Task prompt:
Repeat the stretch of entries below from the line with "#69=CARTESIAN_POINT('',(0.,-48.357376,25.686555));" through the line with "#99=LINE('',#55,#94);". Include both ends and add nothing.

Stored data entries:
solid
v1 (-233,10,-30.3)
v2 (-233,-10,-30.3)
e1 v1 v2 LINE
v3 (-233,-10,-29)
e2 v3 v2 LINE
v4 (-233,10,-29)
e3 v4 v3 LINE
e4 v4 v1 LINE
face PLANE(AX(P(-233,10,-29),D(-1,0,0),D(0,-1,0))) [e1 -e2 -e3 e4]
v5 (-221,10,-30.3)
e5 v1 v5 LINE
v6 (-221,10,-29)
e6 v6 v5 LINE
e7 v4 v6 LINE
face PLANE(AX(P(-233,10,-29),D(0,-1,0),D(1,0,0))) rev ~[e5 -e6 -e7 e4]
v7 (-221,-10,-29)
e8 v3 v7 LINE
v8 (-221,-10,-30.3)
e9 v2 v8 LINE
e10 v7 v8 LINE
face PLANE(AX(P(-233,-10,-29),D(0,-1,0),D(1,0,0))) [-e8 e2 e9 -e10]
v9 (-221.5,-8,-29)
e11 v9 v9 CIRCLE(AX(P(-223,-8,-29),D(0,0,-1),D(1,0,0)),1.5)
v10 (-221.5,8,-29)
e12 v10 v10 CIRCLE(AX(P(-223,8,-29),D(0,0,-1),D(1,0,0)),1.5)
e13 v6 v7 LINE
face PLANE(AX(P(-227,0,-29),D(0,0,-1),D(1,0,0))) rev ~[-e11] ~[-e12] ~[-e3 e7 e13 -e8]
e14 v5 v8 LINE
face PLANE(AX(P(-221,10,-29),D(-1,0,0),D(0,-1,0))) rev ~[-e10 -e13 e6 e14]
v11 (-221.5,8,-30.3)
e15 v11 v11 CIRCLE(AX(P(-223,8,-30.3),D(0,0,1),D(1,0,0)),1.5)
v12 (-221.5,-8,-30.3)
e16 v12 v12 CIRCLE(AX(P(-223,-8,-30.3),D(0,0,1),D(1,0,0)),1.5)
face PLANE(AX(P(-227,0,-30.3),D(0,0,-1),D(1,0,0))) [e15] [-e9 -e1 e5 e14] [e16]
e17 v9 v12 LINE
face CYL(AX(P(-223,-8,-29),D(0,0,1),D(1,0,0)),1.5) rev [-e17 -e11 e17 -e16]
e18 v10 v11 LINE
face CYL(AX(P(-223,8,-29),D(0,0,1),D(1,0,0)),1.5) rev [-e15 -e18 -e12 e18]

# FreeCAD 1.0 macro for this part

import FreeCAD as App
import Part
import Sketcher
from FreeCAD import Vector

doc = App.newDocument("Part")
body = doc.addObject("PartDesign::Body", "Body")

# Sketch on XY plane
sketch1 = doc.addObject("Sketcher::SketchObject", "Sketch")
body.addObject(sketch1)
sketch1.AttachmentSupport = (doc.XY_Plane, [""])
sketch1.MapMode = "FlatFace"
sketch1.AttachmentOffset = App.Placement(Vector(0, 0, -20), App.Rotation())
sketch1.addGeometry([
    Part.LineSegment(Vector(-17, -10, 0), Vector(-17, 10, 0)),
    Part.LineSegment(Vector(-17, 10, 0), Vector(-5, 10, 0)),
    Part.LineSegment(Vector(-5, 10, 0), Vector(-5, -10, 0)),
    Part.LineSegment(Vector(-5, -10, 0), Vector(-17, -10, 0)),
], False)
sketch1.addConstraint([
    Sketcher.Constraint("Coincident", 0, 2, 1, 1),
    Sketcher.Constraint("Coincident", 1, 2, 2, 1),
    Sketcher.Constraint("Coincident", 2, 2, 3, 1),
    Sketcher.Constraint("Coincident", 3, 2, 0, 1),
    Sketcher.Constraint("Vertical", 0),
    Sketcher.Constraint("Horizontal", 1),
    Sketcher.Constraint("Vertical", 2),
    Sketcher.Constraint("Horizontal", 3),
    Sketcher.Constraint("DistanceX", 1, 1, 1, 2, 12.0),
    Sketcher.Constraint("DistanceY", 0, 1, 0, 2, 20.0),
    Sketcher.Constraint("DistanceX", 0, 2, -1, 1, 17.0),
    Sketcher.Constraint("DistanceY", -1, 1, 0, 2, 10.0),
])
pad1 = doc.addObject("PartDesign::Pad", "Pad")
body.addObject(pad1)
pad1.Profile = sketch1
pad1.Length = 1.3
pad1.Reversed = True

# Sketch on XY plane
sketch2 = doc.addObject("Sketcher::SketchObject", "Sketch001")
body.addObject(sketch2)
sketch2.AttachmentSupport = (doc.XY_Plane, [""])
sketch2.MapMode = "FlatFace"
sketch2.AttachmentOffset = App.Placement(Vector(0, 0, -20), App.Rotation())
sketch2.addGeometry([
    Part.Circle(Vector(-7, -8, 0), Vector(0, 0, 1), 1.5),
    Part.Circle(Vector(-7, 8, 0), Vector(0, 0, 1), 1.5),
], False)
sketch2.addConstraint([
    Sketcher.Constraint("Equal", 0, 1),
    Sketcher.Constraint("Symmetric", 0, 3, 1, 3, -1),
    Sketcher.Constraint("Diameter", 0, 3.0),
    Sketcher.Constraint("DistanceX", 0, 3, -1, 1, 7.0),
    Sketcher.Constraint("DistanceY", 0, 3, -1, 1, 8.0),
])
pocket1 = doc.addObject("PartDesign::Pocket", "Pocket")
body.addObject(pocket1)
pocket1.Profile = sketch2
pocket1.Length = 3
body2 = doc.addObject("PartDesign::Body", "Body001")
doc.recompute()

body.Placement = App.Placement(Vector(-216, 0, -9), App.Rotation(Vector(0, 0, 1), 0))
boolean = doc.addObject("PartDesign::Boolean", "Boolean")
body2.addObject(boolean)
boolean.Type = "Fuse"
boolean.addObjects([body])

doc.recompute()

--

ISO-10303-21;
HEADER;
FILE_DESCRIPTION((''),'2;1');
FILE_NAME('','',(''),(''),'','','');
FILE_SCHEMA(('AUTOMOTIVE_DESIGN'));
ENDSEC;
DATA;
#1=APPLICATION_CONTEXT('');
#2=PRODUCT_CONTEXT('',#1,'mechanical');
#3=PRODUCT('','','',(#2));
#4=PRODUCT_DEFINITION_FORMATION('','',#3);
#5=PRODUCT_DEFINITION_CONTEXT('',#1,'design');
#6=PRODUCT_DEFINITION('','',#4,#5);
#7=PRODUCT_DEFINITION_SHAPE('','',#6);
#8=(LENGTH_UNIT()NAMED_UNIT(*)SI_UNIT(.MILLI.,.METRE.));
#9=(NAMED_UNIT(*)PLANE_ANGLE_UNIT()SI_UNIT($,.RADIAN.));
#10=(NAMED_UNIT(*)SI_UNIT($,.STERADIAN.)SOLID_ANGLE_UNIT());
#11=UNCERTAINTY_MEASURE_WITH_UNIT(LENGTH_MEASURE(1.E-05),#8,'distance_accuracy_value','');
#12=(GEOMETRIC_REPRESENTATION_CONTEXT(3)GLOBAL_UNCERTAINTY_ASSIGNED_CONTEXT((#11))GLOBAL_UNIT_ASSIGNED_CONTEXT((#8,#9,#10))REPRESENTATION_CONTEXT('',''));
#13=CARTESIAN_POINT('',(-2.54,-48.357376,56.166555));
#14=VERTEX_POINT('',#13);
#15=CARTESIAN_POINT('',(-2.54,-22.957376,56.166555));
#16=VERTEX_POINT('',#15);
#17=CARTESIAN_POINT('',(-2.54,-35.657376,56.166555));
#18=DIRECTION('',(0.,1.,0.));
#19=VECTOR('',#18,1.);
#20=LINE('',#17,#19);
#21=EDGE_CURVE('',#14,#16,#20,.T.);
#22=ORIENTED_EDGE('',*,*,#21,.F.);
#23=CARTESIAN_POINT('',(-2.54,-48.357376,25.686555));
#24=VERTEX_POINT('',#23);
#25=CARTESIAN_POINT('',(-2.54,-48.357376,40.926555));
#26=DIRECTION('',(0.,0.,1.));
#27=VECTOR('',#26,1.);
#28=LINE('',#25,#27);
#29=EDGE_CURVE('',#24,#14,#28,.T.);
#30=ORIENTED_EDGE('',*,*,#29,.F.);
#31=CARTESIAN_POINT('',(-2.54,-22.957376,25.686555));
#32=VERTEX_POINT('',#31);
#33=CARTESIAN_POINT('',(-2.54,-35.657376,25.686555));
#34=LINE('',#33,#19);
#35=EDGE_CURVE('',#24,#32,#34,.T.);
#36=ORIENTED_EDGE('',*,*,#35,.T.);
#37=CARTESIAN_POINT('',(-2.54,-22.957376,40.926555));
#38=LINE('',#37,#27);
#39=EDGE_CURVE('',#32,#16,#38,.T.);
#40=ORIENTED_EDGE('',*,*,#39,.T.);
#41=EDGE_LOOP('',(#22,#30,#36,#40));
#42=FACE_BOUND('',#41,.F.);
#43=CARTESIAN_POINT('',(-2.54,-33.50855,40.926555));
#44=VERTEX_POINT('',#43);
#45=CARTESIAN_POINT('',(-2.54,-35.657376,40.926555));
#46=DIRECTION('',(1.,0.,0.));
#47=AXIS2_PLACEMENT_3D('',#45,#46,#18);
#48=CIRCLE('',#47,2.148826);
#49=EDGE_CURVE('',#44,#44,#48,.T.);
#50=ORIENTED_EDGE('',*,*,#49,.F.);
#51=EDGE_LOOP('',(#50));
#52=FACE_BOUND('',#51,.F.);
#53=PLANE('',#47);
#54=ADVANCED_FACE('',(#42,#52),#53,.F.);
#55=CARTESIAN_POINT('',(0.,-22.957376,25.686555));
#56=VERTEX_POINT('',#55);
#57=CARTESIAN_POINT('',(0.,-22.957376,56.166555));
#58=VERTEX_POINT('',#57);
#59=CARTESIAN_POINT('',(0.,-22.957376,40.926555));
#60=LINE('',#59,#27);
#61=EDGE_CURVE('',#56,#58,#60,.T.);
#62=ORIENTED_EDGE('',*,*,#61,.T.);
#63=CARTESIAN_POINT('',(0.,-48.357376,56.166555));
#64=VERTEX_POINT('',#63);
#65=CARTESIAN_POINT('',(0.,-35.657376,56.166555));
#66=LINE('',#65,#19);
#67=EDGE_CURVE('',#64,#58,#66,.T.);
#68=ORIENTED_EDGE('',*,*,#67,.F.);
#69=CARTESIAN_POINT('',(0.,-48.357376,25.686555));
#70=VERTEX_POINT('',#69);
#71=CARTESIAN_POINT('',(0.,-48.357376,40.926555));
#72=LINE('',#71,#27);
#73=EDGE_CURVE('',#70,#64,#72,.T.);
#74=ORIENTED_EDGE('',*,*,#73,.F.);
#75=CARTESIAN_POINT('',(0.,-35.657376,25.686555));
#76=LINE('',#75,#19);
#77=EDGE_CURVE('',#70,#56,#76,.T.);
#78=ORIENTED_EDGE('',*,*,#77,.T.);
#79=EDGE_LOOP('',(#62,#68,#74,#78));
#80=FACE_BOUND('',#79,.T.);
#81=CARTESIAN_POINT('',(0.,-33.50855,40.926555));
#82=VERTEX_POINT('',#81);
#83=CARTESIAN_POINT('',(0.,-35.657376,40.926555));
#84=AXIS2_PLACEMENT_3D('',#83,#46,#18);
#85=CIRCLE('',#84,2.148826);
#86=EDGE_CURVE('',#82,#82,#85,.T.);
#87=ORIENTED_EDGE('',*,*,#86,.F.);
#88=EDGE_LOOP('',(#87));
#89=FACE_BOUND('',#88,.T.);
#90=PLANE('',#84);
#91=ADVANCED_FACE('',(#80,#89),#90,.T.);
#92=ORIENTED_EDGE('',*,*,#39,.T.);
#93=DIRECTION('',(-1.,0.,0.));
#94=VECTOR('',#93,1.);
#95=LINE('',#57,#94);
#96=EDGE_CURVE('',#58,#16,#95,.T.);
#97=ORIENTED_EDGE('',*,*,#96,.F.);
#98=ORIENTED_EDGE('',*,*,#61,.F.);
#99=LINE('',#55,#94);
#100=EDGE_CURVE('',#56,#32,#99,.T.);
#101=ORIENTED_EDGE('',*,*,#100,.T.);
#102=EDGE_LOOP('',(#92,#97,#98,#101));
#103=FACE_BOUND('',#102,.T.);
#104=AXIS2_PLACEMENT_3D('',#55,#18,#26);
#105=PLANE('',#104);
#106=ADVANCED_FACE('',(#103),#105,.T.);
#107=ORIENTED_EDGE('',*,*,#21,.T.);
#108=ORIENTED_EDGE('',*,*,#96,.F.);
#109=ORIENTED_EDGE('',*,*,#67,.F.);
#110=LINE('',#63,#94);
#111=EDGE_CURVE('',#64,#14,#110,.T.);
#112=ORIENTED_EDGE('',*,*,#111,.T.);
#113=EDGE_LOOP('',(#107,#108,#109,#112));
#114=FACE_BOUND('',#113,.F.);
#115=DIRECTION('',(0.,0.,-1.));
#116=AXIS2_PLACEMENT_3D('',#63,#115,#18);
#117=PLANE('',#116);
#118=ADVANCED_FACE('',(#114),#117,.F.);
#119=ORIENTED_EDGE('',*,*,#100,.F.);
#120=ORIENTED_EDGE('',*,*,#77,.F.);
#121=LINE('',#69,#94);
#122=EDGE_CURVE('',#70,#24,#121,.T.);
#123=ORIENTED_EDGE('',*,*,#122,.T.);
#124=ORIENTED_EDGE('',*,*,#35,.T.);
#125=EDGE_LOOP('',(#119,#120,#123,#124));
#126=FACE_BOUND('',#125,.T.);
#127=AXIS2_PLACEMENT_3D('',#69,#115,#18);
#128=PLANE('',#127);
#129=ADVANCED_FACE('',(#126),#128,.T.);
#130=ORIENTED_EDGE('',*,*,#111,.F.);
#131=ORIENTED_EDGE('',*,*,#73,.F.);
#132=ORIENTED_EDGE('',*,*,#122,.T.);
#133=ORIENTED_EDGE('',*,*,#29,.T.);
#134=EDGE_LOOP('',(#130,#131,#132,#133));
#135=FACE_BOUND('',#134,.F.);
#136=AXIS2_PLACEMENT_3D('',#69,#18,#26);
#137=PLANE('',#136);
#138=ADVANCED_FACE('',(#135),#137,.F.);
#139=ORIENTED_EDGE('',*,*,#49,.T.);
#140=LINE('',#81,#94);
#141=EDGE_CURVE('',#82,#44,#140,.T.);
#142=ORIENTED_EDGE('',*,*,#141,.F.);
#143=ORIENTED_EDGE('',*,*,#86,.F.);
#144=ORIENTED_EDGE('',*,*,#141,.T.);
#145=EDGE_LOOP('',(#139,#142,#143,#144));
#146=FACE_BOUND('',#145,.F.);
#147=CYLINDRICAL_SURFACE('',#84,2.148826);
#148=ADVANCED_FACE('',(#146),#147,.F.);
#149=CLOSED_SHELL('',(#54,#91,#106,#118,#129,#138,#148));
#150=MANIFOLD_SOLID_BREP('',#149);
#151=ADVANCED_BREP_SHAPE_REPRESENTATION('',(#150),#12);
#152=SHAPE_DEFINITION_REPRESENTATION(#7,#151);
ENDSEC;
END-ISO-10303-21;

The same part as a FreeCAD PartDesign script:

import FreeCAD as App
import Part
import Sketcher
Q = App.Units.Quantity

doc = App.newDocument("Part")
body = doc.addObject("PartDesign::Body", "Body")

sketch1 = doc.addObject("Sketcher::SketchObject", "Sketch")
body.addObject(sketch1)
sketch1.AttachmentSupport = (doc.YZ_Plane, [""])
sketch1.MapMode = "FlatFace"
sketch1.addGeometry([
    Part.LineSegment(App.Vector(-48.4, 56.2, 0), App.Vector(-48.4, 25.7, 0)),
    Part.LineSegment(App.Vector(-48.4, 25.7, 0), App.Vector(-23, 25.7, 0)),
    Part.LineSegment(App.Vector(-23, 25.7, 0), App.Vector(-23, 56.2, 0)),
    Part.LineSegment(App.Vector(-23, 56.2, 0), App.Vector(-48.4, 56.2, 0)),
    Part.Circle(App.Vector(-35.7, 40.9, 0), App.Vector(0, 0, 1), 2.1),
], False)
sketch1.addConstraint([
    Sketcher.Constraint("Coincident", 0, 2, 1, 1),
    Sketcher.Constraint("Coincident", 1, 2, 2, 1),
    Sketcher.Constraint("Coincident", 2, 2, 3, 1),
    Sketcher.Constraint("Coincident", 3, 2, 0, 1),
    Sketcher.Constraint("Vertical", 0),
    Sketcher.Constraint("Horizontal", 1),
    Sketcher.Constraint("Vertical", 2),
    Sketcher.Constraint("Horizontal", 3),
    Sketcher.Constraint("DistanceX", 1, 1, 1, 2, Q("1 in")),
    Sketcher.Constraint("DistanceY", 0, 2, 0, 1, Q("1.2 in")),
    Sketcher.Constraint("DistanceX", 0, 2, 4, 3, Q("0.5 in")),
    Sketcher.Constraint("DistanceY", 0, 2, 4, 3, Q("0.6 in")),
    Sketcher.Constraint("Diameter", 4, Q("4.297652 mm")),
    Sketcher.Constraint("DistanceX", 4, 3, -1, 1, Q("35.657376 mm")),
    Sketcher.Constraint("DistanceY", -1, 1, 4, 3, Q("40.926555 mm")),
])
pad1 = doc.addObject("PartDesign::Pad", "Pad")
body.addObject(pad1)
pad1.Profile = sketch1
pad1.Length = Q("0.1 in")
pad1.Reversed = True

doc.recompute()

---

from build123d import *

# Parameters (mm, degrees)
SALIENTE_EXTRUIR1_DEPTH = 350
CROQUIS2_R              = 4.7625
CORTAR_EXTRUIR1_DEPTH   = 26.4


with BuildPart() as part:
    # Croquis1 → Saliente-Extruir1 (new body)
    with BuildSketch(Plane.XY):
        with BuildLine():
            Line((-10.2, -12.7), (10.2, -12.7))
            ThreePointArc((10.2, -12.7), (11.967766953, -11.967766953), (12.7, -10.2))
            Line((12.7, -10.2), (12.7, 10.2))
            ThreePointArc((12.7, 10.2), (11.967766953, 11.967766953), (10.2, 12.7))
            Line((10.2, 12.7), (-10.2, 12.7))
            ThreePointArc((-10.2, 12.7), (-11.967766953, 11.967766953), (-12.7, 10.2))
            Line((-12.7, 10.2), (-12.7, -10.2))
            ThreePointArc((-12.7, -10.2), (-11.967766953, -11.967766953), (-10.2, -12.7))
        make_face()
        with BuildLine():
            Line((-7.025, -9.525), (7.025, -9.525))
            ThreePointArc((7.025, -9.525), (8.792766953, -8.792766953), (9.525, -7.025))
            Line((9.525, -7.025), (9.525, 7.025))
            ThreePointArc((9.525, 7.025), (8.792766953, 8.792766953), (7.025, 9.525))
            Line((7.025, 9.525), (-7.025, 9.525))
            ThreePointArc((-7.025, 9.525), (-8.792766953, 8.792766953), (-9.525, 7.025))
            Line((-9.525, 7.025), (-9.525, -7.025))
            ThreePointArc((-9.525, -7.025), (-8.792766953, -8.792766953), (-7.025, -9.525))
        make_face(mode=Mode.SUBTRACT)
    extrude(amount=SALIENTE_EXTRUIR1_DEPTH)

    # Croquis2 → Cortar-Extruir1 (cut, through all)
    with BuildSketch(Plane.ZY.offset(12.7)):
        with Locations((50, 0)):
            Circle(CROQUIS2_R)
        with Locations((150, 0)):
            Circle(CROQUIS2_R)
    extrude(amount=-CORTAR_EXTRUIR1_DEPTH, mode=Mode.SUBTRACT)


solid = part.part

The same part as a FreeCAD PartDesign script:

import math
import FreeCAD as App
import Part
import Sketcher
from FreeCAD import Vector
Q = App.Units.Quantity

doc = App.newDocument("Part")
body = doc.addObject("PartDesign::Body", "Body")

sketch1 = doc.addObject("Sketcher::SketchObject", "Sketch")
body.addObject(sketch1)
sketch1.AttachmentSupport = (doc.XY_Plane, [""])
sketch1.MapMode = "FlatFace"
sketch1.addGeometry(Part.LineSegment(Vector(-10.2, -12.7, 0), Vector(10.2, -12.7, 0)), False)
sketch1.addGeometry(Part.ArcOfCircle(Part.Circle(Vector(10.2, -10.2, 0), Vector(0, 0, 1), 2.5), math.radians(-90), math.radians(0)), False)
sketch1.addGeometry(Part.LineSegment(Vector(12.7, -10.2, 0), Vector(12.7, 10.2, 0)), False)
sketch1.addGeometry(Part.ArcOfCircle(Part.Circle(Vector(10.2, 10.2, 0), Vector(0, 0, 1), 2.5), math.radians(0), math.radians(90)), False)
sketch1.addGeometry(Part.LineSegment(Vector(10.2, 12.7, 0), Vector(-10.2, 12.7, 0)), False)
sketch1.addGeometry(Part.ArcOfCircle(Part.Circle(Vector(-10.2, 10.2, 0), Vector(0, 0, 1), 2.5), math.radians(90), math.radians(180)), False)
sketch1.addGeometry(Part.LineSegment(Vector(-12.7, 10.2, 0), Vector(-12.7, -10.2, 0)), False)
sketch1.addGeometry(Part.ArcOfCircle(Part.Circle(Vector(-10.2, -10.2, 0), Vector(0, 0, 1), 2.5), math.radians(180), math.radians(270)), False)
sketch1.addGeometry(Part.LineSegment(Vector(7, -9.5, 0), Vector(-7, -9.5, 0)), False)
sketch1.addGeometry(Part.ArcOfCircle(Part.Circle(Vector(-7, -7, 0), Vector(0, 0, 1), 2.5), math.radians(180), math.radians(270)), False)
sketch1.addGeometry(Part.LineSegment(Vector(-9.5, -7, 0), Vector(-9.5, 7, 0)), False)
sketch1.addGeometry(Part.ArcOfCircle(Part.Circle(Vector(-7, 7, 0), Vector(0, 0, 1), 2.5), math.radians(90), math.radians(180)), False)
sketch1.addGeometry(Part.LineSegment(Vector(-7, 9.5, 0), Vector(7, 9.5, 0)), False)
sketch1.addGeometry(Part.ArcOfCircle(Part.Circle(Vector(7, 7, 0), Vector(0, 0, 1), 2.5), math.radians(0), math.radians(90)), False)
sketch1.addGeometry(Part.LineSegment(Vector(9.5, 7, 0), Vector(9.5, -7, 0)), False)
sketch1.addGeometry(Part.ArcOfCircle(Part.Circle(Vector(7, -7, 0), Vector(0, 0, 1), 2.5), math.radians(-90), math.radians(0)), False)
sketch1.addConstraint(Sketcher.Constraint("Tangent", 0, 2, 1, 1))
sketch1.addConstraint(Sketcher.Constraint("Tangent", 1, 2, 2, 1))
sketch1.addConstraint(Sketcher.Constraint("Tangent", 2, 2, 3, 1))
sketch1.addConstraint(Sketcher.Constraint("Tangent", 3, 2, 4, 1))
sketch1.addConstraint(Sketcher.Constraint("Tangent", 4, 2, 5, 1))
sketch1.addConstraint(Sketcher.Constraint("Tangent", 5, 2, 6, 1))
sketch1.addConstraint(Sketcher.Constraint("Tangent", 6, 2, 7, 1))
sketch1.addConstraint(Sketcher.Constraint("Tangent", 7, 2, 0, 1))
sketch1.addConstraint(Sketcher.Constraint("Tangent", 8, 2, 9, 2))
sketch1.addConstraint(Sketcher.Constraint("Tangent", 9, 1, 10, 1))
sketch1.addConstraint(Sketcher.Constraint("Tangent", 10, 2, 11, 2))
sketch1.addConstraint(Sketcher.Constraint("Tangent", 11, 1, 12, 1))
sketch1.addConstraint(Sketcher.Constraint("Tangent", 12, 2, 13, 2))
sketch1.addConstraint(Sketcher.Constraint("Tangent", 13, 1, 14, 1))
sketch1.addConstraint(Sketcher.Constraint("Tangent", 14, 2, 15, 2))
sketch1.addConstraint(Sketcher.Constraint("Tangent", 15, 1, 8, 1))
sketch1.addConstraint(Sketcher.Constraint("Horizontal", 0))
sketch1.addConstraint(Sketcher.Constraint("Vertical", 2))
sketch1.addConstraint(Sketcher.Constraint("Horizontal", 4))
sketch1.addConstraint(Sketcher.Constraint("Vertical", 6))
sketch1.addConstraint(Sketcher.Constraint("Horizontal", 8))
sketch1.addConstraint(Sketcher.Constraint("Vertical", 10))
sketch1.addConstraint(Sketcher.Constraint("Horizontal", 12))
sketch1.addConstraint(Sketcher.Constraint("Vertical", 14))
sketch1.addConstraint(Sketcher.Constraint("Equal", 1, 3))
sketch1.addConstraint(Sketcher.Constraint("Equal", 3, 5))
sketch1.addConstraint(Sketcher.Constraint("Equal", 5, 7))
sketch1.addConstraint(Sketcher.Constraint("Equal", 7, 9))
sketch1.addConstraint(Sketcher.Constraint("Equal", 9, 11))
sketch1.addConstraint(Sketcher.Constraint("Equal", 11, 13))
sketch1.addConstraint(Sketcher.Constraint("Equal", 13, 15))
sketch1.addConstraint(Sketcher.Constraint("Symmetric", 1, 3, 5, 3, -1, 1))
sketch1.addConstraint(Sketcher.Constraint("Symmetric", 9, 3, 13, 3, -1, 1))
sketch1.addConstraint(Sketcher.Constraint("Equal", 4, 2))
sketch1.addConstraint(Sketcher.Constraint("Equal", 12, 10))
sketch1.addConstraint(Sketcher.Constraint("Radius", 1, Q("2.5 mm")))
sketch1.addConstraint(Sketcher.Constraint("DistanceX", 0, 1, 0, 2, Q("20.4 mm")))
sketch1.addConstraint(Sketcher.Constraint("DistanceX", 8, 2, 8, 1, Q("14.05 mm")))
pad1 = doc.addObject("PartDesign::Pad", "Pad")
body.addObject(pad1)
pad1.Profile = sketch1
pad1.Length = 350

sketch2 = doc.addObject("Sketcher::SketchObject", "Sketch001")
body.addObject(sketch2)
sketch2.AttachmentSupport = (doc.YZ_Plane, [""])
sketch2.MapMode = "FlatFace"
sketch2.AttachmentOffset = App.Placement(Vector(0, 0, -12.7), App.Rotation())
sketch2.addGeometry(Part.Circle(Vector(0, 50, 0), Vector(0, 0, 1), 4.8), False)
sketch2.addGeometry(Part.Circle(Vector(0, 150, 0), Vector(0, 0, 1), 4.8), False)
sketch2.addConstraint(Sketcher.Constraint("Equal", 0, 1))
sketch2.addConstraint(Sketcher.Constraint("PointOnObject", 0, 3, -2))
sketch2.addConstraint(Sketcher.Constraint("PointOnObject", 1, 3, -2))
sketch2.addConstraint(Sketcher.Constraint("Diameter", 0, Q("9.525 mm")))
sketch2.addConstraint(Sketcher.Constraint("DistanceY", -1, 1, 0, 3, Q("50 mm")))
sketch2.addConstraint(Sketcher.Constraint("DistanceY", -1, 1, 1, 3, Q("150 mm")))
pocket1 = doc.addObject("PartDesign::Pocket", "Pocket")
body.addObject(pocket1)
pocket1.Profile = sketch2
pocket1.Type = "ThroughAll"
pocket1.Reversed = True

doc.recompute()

Written solution:
#69=CARTESIAN_POINT('',(0.,-48.357376,25.686555));
#70=VERTEX_POINT('',#69);
#71=CARTESIAN_POINT('',(0.,-48.357376,40.926555));
#72=LINE('',#71,#27);
#73=EDGE_CURVE('',#70,#64,#72,.T.);
#74=ORIENTED_EDGE('',*,*,#73,.F.);
#75=CARTESIAN_POINT('',(0.,-35.657376,25.686555));
#76=LINE('',#75,#19);
#77=EDGE_CURVE('',#70,#56,#76,.T.);
#78=ORIENTED_EDGE('',*,*,#77,.T.);
#79=EDGE_LOOP('',(#62,#68,#74,#78));
#80=FACE_BOUND('',#79,.T.);
#81=CARTESIAN_POINT('',(0.,-33.50855,40.926555));
#82=VERTEX_POINT('',#81);
#83=CARTESIAN_POINT('',(0.,-35.657376,40.926555));
#84=AXIS2_PLACEMENT_3D('',#83,#46,#18);
#85=CIRCLE('',#84,2.148826);
#86=EDGE_CURVE('',#82,#82,#85,.T.);
#87=ORIENTED_EDGE('',*,*,#86,.F.);
#88=EDGE_LOOP('',(#87));
#89=FACE_BOUND('',#88,.T.);
#90=PLANE('',#84);
#91=ADVANCED_FACE('',(#80,#89),#90,.T.);
#92=ORIENTED_EDGE('',*,*,#39,.T.);
#93=DIRECTION('',(-1.,0.,0.));
#94=VECTOR('',#93,1.);
#95=LINE('',#57,#94);
#96=EDGE_CURVE('',#58,#16,#95,.T.);
#97=ORIENTED_EDGE('',*,*,#96,.F.);
#98=ORIENTED_EDGE('',*,*,#61,.F.);
#99=LINE('',#55,#94);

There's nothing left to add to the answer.